Do salão ao cubo branco (2020)

Article by Ana Martins, in Umbigo Magazine, 01.04.2021

“Que horas são que horas: uma galeria de histórias, curated by José Maia, Paula Parente Pinto and Paulo Mendes, at Galeria Municipal do Porto, is an exhibition about the history of art galleries in Oporto, between 1940 and the present. It is a reflection that allows us to understand the relationships between artists, cultural spaces and audience, something reflected in a scenography surrounded by an archival environment filled with characters, artistic practices and different documents.

In 2001, when the city of Porto was the European Capital of Culture, the Serralves Museum of Contemporary Art organised the exhibition Porto 60/70: Os Artistas e a Cidade. In the catalogue, the curators Fátima Lambert and João Fernandes called for a more developed study of the decades presented, especially the “life and history of institutions, structures and cultural associations”. Now, with some research on this theme already conducted, Que horas são que horas is not only an anthological project, but, as the text of the exhibition indicates, a discourse based on the following statement: “Against the regime or with its support, in an institutional vacuum or while feeding the museums, isolated or globalised, central or peripheral, heir to a conservative social context without critical discourse and resistant to new generations of artists, the historical landscape of art galleries in Oporto is made by citizenship and commerce, of an art that is not only cult-like, but one that carries an exchange value: a gallery made of stories.”

Que horas são que horas is a retrospective portrait, whose scenography is typical of the work of the visual artist and curator Paulo Mendes. We feel like we are standing in front of a sort of archive, full of transport boxes that support several photos, art magazines or videos of inaugurations. The journey takes us in different directions, with several artistic practices displayed in the galleries. But there is also documentation, such as catalogues, promotional material, or contact prints, presented in industrial structures, in addition to a chronology where we understand the spaces, works and artists that are part of the history of Porto, including Amadeo de Souza Cardoso, Ana Hatherly or Mauro Cerqueira. The moving image is also important, displayed in a blackbox, screen or projector. The highlight is Manoel de Oliveira’s O Pintor e a Cidade (1956), his first colour film, where he shows the Oporto from that time, screened all over the gallery’s back wall, in great drama while relating the exhibition to the city’s history. The work of Mafalda Santos also deserves to be highlighted, having been purposely created for this project: a panel, with a map of the institutions and protagonists of the narrative being told.

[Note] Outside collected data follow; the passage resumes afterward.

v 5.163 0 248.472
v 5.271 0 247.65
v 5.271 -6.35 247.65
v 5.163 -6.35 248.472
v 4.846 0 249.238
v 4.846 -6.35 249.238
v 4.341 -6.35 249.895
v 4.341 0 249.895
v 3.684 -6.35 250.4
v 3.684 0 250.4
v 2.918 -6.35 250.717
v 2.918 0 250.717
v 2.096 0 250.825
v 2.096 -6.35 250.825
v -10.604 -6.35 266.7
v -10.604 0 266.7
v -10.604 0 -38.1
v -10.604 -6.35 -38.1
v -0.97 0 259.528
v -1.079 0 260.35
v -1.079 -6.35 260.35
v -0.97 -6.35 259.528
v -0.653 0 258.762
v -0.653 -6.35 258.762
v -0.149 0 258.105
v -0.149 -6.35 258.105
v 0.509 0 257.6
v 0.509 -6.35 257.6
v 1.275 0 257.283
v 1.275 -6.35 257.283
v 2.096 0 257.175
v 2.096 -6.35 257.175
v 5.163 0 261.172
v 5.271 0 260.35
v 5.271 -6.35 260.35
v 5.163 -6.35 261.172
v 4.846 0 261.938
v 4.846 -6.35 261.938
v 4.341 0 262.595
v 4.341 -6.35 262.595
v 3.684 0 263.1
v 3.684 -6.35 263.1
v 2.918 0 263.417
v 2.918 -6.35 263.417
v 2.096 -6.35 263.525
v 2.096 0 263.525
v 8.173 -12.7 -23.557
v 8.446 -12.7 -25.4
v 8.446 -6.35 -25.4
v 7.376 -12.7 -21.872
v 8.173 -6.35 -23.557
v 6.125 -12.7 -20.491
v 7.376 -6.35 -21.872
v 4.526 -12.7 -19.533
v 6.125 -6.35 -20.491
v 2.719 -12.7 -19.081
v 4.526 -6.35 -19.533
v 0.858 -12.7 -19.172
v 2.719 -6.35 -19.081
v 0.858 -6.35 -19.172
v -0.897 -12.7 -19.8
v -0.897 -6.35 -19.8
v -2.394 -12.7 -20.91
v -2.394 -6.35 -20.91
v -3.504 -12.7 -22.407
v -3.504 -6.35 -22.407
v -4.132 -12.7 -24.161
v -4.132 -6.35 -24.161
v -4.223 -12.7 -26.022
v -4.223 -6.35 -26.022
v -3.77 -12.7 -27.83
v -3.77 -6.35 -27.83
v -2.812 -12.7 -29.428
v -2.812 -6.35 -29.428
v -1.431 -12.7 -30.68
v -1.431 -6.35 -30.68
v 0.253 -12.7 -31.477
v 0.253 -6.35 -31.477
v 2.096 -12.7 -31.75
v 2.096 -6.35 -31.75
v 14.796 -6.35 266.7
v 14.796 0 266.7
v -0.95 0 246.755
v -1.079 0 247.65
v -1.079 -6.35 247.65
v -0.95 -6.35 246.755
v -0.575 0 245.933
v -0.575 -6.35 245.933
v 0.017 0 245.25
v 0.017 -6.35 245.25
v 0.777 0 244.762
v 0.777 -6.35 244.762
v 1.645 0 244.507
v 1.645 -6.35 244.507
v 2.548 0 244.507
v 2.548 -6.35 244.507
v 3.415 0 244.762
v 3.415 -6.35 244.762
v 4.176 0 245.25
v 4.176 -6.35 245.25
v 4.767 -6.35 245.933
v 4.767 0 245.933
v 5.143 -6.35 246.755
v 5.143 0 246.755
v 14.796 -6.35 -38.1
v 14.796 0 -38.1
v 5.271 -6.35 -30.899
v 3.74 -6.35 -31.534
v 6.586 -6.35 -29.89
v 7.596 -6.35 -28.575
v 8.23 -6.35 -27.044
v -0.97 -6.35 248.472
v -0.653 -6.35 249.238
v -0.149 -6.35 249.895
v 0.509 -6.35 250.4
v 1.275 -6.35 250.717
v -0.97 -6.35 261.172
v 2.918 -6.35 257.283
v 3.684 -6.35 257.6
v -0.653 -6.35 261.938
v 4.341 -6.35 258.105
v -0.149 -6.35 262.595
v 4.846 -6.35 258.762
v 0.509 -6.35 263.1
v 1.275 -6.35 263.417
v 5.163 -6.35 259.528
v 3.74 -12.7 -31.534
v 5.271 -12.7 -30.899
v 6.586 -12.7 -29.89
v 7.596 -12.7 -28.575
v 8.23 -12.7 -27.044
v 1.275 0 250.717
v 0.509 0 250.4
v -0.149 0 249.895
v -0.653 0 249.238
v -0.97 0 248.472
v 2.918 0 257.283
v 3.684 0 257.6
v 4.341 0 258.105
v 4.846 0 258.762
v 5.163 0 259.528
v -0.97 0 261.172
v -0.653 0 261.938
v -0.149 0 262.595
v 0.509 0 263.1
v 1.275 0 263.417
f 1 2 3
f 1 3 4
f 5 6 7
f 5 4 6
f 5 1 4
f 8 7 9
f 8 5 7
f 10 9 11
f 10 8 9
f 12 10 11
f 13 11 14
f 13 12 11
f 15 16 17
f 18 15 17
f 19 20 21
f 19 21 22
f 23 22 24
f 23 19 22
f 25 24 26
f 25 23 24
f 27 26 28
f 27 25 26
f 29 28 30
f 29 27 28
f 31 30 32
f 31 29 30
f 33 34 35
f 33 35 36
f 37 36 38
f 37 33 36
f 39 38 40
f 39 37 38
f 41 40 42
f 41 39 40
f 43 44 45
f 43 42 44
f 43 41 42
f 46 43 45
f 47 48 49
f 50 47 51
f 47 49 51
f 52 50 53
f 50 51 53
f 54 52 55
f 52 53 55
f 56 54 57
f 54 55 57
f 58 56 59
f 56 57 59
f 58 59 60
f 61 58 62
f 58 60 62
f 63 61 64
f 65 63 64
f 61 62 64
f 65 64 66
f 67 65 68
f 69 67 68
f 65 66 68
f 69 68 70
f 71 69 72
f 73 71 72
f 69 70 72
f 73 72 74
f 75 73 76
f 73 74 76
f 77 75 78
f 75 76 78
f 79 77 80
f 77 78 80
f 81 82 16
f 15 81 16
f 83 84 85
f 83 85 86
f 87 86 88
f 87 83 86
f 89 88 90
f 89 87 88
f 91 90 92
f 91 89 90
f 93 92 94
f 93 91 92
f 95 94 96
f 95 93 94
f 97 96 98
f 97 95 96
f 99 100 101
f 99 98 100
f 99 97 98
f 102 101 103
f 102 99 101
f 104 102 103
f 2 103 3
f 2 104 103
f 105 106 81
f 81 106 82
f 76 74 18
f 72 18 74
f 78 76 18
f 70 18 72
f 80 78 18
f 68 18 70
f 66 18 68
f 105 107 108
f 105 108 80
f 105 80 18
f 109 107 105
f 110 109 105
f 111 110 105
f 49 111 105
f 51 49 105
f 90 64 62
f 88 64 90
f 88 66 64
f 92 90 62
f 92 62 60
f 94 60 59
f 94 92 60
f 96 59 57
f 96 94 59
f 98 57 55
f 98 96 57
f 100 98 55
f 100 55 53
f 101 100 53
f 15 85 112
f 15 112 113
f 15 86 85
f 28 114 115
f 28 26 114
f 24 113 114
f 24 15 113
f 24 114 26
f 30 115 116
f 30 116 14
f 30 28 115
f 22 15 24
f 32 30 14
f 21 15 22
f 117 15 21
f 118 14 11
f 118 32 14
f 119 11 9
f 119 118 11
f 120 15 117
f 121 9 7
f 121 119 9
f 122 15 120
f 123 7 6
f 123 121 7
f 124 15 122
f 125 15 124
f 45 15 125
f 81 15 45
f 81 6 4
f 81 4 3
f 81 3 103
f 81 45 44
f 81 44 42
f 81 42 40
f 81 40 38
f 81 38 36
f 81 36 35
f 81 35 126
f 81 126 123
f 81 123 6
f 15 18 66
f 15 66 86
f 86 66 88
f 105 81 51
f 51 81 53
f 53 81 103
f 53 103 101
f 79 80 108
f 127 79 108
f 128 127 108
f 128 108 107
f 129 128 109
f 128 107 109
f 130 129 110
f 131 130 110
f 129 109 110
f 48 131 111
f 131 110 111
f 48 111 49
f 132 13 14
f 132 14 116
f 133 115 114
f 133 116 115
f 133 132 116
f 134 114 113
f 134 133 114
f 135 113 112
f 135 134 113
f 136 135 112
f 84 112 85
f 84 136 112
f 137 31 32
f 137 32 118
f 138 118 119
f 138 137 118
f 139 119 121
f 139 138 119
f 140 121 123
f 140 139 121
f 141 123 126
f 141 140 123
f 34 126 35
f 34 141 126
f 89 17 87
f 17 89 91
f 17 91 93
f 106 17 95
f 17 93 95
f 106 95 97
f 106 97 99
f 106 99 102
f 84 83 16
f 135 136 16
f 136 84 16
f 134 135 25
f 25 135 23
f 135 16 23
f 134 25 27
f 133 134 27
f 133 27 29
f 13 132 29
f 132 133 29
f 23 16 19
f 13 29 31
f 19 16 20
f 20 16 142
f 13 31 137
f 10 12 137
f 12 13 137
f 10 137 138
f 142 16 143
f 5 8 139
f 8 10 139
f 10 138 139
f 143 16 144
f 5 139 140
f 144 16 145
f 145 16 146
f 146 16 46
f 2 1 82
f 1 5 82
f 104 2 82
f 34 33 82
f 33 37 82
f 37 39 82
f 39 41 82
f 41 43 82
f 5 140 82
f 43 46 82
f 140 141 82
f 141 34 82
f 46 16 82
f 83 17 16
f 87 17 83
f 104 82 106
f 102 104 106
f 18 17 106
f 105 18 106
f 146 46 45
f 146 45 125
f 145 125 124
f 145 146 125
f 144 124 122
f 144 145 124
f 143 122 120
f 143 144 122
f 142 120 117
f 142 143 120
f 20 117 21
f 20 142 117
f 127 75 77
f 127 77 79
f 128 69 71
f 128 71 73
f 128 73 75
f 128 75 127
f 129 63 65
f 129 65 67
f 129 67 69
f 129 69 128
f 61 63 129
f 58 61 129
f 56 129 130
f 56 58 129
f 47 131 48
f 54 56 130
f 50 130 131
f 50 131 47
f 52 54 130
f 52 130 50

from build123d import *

# Parameters (mm, degrees)
F1_DEPTH = 6.35
F2_DEPTH = 12.7
F3_DEPTH = 24.638


with BuildPart() as f1:
    # F0 (on Front) → F1 (new body)
    with BuildSketch(Plane.XZ):
        with BuildLine():
            Line((-1.0786289811, 247.65), (-10.6036289811, 247.65))
            Line((-10.6036289811, 247.65), (-10.6036289811, -38.1))
            Line((-10.6036289811, -38.1), (2.0963710189, -38.1))
            Line((2.0963710189, -38.1), (14.7963710189, -38.1))
            Line((14.7963710189, -38.1), (14.7963710189, 247.65))
            Line((14.7963710189, 247.65), (5.2713710189, 247.65))
            ThreePointArc((5.2713710189, 247.65), (2.0963710189, 244.475), (-1.0786289811, 247.65))
        make_face()
        with BuildLine():
            ThreePointArc((8.4463710189, -25.4), (6.5864990794, -29.8901280605), (2.0963710189, -31.75))
            ThreePointArc((2.0963710189, -31.75), (-2.3937570416, -20.9098719395), (8.4463710189, -25.4))
        make_face(mode=Mode.SUBTRACT)
        with BuildLine():
            Line((-1.0786289811, 260.35), (-10.6036289811, 260.35))
            Line((-10.6036289811, 260.35), (-10.6036289811, 247.65))
            Line((-10.6036289811, 247.65), (-1.0786289811, 247.65))
            ThreePointArc((-1.0786289811, 247.65), (-0.1486930114, 249.8950640303), (2.0963710189, 250.825))
            Line((2.0963710189, 250.825), (2.0963710189, 257.175))
            ThreePointArc((2.0963710189, 257.175), (-0.1486930114, 258.1049359697), (-1.0786289811, 260.35))
        make_face()
        with BuildLine():
            Line((14.7963710189, 247.65), (14.7963710189, 260.35))
            Line((14.7963710189, 260.35), (5.2713710189, 260.35))
            ThreePointArc((5.2713710189, 260.35), (4.3414350492, 258.1049359697), (2.0963710189, 257.175))
            Line((2.0963710189, 257.175), (2.0963710189, 250.825))
            ThreePointArc((2.0963710189, 250.825), (4.3414350492, 249.8950640303), (5.2713710189, 247.65))
            Line((5.2713710189, 247.65), (14.7963710189, 247.65))
        make_face()
        with BuildLine():
            ThreePointArc((8.4463710189, -25.4), (-2.3937570416, -20.9098719395), (2.0963710189, -31.75))
            ThreePointArc((2.0963710189, -31.75), (6.5864990794, -29.8901280605), (8.4463710189, -25.4))
        make_face()
        with BuildLine():
            Line((2.0963710189, 266.7), (-10.6036289811, 266.7))
            Line((-10.6036289811, 266.7), (-10.6036289811, 260.35))
            Line((-10.6036289811, 260.35), (-1.0786289811, 260.35))
            ThreePointArc((-1.0786289811, 260.35), (-0.1486930114, 262.5950640303), (2.0963710189, 263.525))
            Line((2.0963710189, 263.525), (2.0963710189, 266.7))
        make_face()
        with BuildLine():
            Line((14.7963710189, 266.7), (2.0963710189, 266.7))
            Line((2.0963710189, 266.7), (2.0963710189, 263.525))
            ThreePointArc((2.0963710189, 263.525), (4.3414350492, 262.5950640303), (5.2713710189, 260.35))
            Line((5.2713710189, 260.35), (14.7963710189, 260.35))
            Line((14.7963710189, 260.35), (14.7963710189, 266.7))
        make_face()
        with BuildLine():
            Line((2.0963710189, 247.65), (-1.0786289811, 247.65))
            ThreePointArc((-1.0786289811, 247.65), (2.0963710189, 244.475), (5.2713710189, 247.65))
            Line((5.2713710189, 247.65), (2.0963710189, 247.65))
        make_face()
        with BuildLine():
            Line((5.2713710189, 260.35), (2.0963710189, 260.35))
            Line((2.0963710189, 260.35), (2.0963710189, 257.175))
            ThreePointArc((2.0963710189, 257.175), (4.3414350492, 258.1049359697), (5.2713710189, 260.35))
        make_face()
        with BuildLine():
            ThreePointArc((2.0963710189, 250.825), (-0.1486930114, 249.8950640303), (-1.0786289811, 247.65))
            Line((-1.0786289811, 247.65), (2.0963710189, 247.65))
            Line((2.0963710189, 247.65), (2.0963710189, 250.825))
        make_face()
        with BuildLine():
            Line((2.0963710189, 260.35), (2.0963710189, 263.525))
            ThreePointArc((2.0963710189, 263.525), (-0.1486930114, 262.5950640303), (-1.0786289811, 260.35))
            Line((-1.0786289811, 260.35), (2.0963710189, 260.35))
        make_face()
        with BuildLine():
            Line((2.0963710189, 260.35), (-1.0786289811, 260.35))
            ThreePointArc((-1.0786289811, 260.35), (-0.1486930114, 258.1049359697), (2.0963710189, 257.175))
            Line((2.0963710189, 257.175), (2.0963710189, 260.35))
        make_face()
        with BuildLine():
            ThreePointArc((5.2713710189, 260.35), (4.3414350492, 262.5950640303), (2.0963710189, 263.525))
            Line((2.0963710189, 263.525), (2.0963710189, 260.35))
            Line((2.0963710189, 260.35), (5.2713710189, 260.35))
        make_face()
        with BuildLine():
            Line((2.0963710189, 250.825), (2.0963710189, 247.65))
            Line((2.0963710189, 247.65), (5.2713710189, 247.65))
            ThreePointArc((5.2713710189, 247.65), (4.3414350492, 249.8950640303), (2.0963710189, 250.825))
        make_face()
    extrude(amount=F1_DEPTH)

    # F0 (on Front) → F2 (join)
    with BuildSketch(Plane.XZ):
        with BuildLine():
            ThreePointArc((8.4463710189, -25.4), (-2.3937570416, -20.9098719395), (2.0963710189, -31.75))
            ThreePointArc((2.0963710189, -31.75), (6.5864990794, -29.8901280605), (8.4463710189, -25.4))
        make_face()
    extrude(amount=F2_DEPTH)

    # F0 (on Front) → F3 (cut)
    with BuildSketch(Plane.XZ):
        with BuildLine():
            Line((2.0963710189, 250.825), (2.0963710189, 247.65))
            Line((2.0963710189, 247.65), (5.2713710189, 247.65))
            ThreePointArc((5.2713710189, 247.65), (4.3414350492, 249.8950640303), (2.0963710189, 250.825))
        make_face()
        with BuildLine():
            ThreePointArc((2.0963710189, 250.825), (-0.1486930114, 249.8950640303), (-1.0786289811, 247.65))
            Line((-1.0786289811, 247.65), (2.0963710189, 247.65))
            Line((2.0963710189, 247.65), (2.0963710189, 250.825))
        make_face()
        with BuildLine():
            Line((2.0963710189, 247.65), (-1.0786289811, 247.65))
            ThreePointArc((-1.0786289811, 247.65), (2.0963710189, 244.475), (5.2713710189, 247.65))
            Line((5.2713710189, 247.65), (2.0963710189, 247.65))
        make_face()
        with BuildLine():
            ThreePointArc((5.2713710189, 260.35), (4.3414350492, 262.5950640303), (2.0963710189, 263.525))
            Line((2.0963710189, 263.525), (2.0963710189, 260.35))
            Line((2.0963710189, 260.35), (5.2713710189, 260.35))
        make_face()
        with BuildLine():
            Line((2.0963710189, 260.35), (2.0963710189, 263.525))
            ThreePointArc((2.0963710189, 263.525), (-0.1486930114, 262.5950640303), (-1.0786289811, 260.35))
            Line((-1.0786289811, 260.35), (2.0963710189, 260.35))
        make_face()
        with BuildLine():
            Line((2.0963710189, 260.35), (-1.0786289811, 260.35))
            ThreePointArc((-1.0786289811, 260.35), (-0.1486930114, 258.1049359697), (2.0963710189, 257.175))
            Line((2.0963710189, 257.175), (2.0963710189, 260.35))
        make_face()
        with BuildLine():
            Line((5.2713710189, 260.35), (2.0963710189, 260.35))
            Line((2.0963710189, 260.35), (2.0963710189, 257.175))
            ThreePointArc((2.0963710189, 257.175), (4.3414350492, 258.1049359697), (5.2713710189, 260.35))
        make_face()
    extrude(amount=F3_DEPTH, mode=Mode.SUBTRACT)


solid = f1.part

The title of the exhibition, taken from a series of paintings by Álvaro Lapa, can be read according to one’s imagination. Que horas são que horas (What time is what time). Time of the pandemic, social and economic crisis. Time of isolation, silence, emptiness. A time when cultural venues are closed. A time when support for culture is relegated to the background. A time when we cannot allow the “few” cultural structures to close permanently.

The exhibition at the Municipal Gallery, which in the past has assembled projects about the city’s artistic life, such as Musonautas, Visões & Avarias (2018), or 100 Tesouros da Biblioteca Pública Municipal do Porto (2016), shines a light on a pressing field of study, where we think about Porto’s culture. It’s about reflecting on the history of art galleries, since returning to the past and questioning the present is also building and creating proposals for the future. Finally, a quote from Fernando Pernes, in Memórias Imprecisas, from the catalogue of the aforementioned exhibition at Serralves Museum: “The rest will be silence, which only future judgments will perhaps shatter. While the humiliated and offended contemporaries of a time still near, but already past, grow old and sad”.